By convention, the three primary colors in additive mixing are red, green, and blue. In the absence of light of any color, the result is black. If all three primary colors of light are mixed in equal proportions, the result is neutral (gray or white). When the red and green lights mix, the result is yellow. When green and blue lights mix, the result is cyan. When the blue and red lights mix, the result is magenta.

Red-green–blue additive mixing is used in television and computer monitors, including smartphone displays, to produce a wide range of colors. A screen pixel uses a juxtaposition of these three primary colors. Projection televisions sometimes have three projectors, one for each primary color.

Subtractive mixing

The mixing of colored physical substances corresponds to subtractive color mixing, hence it corresponds to our intuition about mixing colors. To explain the mechanism, consider paint. Red paint is red because, when the ambient light strikes it, the composition of the material is such that it absorbs all other colors in the visible spectrum except for red. The red light, not being absorbed, is reflected by the paint and seen by our eyes. This same mechanism describes the color of material objects – note that light is not a material object – and so applies to the yellow paint as well. Making recourse to the figure above demonstrating additive color mixing, one sees that yellow light is composed of an (additive) mixture of red and green light. When we mix the two paints, the resulting substance has red paint and yellow paint. The yellow paint absorbs all colors except for red and green. However, the red paint will absorb the green reflected by the yellow paint. The red paint can be said to subtract the green from the yellow paint. The resulting paint reflects only red light and so appears red to our eyes. Note however that this description is theoretical and that the mixing of pigments does not correspond to ideal subtractive color mixing because some light from the subtracted color is still being reflected by one component of the original paint. This results in a darker and desaturated color compared to the color that would be achieved with ideal filters.
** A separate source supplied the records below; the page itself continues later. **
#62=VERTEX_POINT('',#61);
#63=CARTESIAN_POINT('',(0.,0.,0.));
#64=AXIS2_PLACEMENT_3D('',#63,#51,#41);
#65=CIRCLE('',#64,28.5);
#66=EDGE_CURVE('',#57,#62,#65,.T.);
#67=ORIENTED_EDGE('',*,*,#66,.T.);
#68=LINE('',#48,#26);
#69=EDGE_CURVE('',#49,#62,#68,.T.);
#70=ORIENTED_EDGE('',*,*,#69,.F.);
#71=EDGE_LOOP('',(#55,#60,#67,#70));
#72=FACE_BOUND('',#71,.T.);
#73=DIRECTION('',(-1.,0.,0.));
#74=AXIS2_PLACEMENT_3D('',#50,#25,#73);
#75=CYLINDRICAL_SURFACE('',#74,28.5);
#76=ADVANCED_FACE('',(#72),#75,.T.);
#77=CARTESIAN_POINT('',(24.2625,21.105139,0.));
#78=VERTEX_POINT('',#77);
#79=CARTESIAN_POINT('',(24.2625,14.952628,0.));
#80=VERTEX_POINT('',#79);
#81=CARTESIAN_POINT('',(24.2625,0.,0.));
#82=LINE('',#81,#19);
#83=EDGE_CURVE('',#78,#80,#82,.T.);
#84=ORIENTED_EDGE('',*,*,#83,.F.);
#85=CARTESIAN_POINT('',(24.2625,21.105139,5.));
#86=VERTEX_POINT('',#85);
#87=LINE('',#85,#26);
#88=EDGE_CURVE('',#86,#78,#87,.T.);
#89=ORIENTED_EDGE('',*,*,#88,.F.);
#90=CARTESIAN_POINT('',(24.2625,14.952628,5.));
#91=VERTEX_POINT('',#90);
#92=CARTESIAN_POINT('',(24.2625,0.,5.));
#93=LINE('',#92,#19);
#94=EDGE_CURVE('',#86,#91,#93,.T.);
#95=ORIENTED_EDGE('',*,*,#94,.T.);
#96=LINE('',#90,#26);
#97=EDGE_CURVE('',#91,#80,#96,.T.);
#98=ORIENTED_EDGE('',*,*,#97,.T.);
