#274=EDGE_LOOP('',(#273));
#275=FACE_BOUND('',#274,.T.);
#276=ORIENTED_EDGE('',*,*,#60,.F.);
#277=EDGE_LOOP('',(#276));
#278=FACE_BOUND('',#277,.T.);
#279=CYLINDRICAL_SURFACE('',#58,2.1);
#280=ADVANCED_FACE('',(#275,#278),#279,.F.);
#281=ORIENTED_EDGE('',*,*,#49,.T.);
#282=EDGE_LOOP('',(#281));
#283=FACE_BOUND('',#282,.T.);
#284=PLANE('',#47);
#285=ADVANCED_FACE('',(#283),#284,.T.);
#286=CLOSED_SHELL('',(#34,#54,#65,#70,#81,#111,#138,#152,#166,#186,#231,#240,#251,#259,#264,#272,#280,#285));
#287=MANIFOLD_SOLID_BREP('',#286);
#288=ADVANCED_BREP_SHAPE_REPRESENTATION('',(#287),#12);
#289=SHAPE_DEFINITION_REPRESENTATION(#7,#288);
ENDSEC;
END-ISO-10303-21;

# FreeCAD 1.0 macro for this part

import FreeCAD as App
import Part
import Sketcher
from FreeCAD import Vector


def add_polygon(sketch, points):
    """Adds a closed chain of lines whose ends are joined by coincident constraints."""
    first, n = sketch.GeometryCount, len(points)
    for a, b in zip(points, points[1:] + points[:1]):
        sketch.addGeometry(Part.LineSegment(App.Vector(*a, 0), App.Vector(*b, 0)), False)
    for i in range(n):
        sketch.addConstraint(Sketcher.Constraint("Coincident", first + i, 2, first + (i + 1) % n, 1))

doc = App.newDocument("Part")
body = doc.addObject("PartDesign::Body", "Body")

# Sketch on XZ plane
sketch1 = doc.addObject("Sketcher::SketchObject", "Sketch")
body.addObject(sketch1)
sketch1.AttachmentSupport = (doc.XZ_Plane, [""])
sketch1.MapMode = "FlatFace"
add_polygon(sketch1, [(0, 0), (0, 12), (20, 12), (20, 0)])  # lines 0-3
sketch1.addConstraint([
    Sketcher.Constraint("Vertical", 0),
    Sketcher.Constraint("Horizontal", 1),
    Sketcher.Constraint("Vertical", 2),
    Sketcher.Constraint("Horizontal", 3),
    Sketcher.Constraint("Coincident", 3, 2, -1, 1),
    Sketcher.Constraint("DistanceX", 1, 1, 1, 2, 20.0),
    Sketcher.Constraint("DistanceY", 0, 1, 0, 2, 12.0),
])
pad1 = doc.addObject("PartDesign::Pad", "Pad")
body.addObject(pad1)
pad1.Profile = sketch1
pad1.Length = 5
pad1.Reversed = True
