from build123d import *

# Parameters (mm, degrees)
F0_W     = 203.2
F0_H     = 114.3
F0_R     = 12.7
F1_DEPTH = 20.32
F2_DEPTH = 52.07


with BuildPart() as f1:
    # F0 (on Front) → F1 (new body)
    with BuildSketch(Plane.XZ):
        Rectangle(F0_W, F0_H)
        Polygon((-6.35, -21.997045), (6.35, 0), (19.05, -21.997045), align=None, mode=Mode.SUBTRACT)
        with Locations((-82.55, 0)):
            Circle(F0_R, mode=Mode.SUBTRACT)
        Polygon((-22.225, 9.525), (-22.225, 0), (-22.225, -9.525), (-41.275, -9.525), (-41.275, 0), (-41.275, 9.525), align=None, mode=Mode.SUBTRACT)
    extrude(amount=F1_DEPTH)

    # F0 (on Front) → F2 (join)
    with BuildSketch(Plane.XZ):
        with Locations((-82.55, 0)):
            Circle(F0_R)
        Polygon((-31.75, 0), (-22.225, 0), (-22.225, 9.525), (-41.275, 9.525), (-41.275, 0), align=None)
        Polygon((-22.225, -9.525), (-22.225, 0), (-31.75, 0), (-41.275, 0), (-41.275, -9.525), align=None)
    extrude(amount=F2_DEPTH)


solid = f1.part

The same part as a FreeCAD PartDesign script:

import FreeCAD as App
import Part
import Sketcher
Q = App.Units.Quantity


def add_polygon(sketch, points):
    """Adds a closed chain of lines whose ends are joined by coincident constraints."""
    first, n = sketch.GeometryCount, len(points)
    for a, b in zip(points, points[1:] + points[:1]):
        sketch.addGeometry(Part.LineSegment(App.Vector(*a, 0), App.Vector(*b, 0)), False)
    for i in range(n):
        sketch.addConstraint(Sketcher.Constraint("Coincident", first + i, 2, first + (i + 1) % n, 1))

doc = App.newDocument("Part")
body = doc.addObject("PartDesign::Body", "Body")

sketch1 = body.newObject("Sketcher::SketchObject", "Sketch")
sketch1.AttachmentSupport = (doc.getObject("XZ_Plane"), [""])
sketch1.MapMode = "FlatFace"
add_polygon(sketch1, [(-102, 57), (-102, -57), (102, -57), (102, 57)])
add_polygon(sketch1, [(19, -22), (-6, -22), (6, 0)])
sketch1.addGeometry(Part.Circle(App.Vector(-83, 0, 0), App.Vector(0, 0, 1), 13), False)
add_polygon(sketch1, [(-41, 10), (-22, 10), (-22, -10), (-41, -10)])
sketch1.addConstraint(Sketcher.Constraint("Vertical", 0))
sketch1.addConstraint(Sketcher.Constraint("Horizontal", 1))
sketch1.addConstraint(Sketcher.Constraint("Vertical", 2))
sketch1.addConstraint(Sketcher.Constraint("Horizontal", 3))
sketch1.addConstraint(Sketcher.Constraint("Horizontal", 4))
sketch1.addConstraint(Sketcher.Constraint("Horizontal", 8))
sketch1.addConstraint(Sketcher.Constraint("Vertical", 9))
sketch1.addConstraint(Sketcher.Constraint("Horizontal", 10))
sketch1.addConstraint(Sketcher.Constraint("Vertical", 11))
sketch1.addConstraint(Sketcher.Constraint("Symmetric", 0, 2, 2, 2, -1, 1))
sketch1.addConstraint(Sketcher.Constraint("PointOnObject", 7, 3, -1))
sketch1.addConstraint(Sketcher.Constraint("PointOnObject", 5, 2, -1))
sketch1.addConstraint(Sketcher.Constraint("Equal", 10, 9))
sketch1.addConstraint(Sketcher.Constraint("Equal", 5, 6))
sketch1.addConstraint(Sketcher.Constraint("Diameter", 7, Q("1 in")))
sketch1.addConstraint(Sketcher.Constraint("DistanceX", 1, 1, 1, 2, Q("8 in")))
sketch1.addConstraint(Sketcher.Constraint("DistanceX", 4, 2, 4, 1, Q("1 in")))
sketch1.addConstraint(Sketcher.Constraint("Distance", 5, Q("1 in")))
sketch1.addConstraint(Sketcher.Constraint("DistanceY", 0, 2, 0, 1, Q("4.5 in")))
sketch1.addConstraint(Sketcher.Constraint("DistanceX", 7, 3, 4, 2, Q("3 in")))
sketch1.addConstraint(Sketcher.Constraint("DistanceX", 8, 1, 8, 2, Q("0.75 in")))
sketch1.addConstraint(Sketcher.Constraint("DistanceX", 7, 3, -1, 1, Q("3.25 in")))
sketch1.addConstraint(Sketcher.Constraint("DistanceX", 8, 2, -1, 1, Q("0.875 in")))
sketch1.addConstraint(Sketcher.Constraint("DistanceY", -1, 1, 8, 2, Q("0.375 in")))
pad1 = body.newObject("PartDesign::Pad", "Pad")
pad1.Profile = sketch1
pad1.Length = Q("0.8 in")

sketch2 = body.newObject("Sketcher::SketchObject", "Sketch001")
sketch2.AttachmentSupport = (doc.getObject("XZ_Plane"), [""])
sketch2.MapMode = "FlatFace"
sketch2.addGeometry(Part.Circle(App.Vector(-83, 0, 0), App.Vector(0, 0, 1), 13), False)
add_polygon(sketch2, [(-22, 10), (-41, 10), (-41, -10), (-22, -10)])
sketch2.addConstraint(Sketcher.Constraint("Horizontal", 1))
sketch2.addConstraint(Sketcher.Constraint("Vertical", 2))
sketch2.addConstraint(Sketcher.Constraint("Horizontal", 3))
sketch2.addConstraint(Sketcher.Constraint("Vertical", 4))
sketch2.addConstraint(Sketcher.Constraint("PointOnObject", 0, 3, -1))
sketch2.addConstraint(Sketcher.Constraint("Equal", 3, 2))
sketch2.addConstraint(Sketcher.Constraint("Diameter", 0, Q("1 in")))
sketch2.addConstraint(Sketcher.Constraint("DistanceX", 1, 2, 1, 1, Q("0.75 in")))
sketch2.addConstraint(Sketcher.Constraint("DistanceX", 0, 3, -1, 1, Q("3.25 in")))
sketch2.addConstraint(Sketcher.Constraint("DistanceX", 1, 2, -1, 1, Q("1.625 in")))
sketch2.addConstraint(Sketcher.Constraint("DistanceY", -1, 1, 1, 2, Q("0.375 in")))
pad2 = body.newObject("PartDesign::Pad", "Pad001")
pad2.Profile = sketch2
pad2.Length = Q("2.05 in")

doc.recompute()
The three primary colors typically used in subtractive color mixing systems are cyan, magenta, and yellow, corresponding to the CMY color model and CMYK color model widely used in color printing. In subtractive mixing of color, the absence of color is white and the presence of all three primary colors makes a neutral dark gray or black. The secondary colors are the same as the primary colors from additive mixing and vice versa.  Subtractive mixing is used to create a variety of colors when printing or painting on paper or other white substrates, by combining a small number of ink or paint colors. Red is created by mixing magenta and yellow (removing green and blue). Green is created by mixing cyan and yellow (removing red and blue respectively). Blue is created by mixing cyan and magenta (removing red and green). Black can be approximated by mixing cyan, magenta, and yellow, although real pigments are not ideal and so pure black is nearly impossible to achieve.

Average mixing
Average mixing obtains a new color out of two component colors, with brightness equal to the average of the two components. This is different from additive mixing, which results in a color lighter than the colors being mixed; and from subtractive mixing, which results in a color darker than the colors being mixed. Some examples of average mixing are: black and white averages to gray, and blue and red averages to purple. Average mixing has eight primary colors: white, cyan, magenta, yellow, red, green, blue, and black, and a maximum of four of those colors would be needed to archive a particular color, for example, using two colors that are part of a color wheel, along with white and black.

Another example of average mixing is different colors on a disk, which results in an average color when the disk spins fast enough.

Average mixing can be confused with subtractive mixing. For example, even though red and blue averages to purple, an attempt to make a particular shade of purple by mixing red and blue paint may fail, since there is no purple spectrum between the red and blue spectra.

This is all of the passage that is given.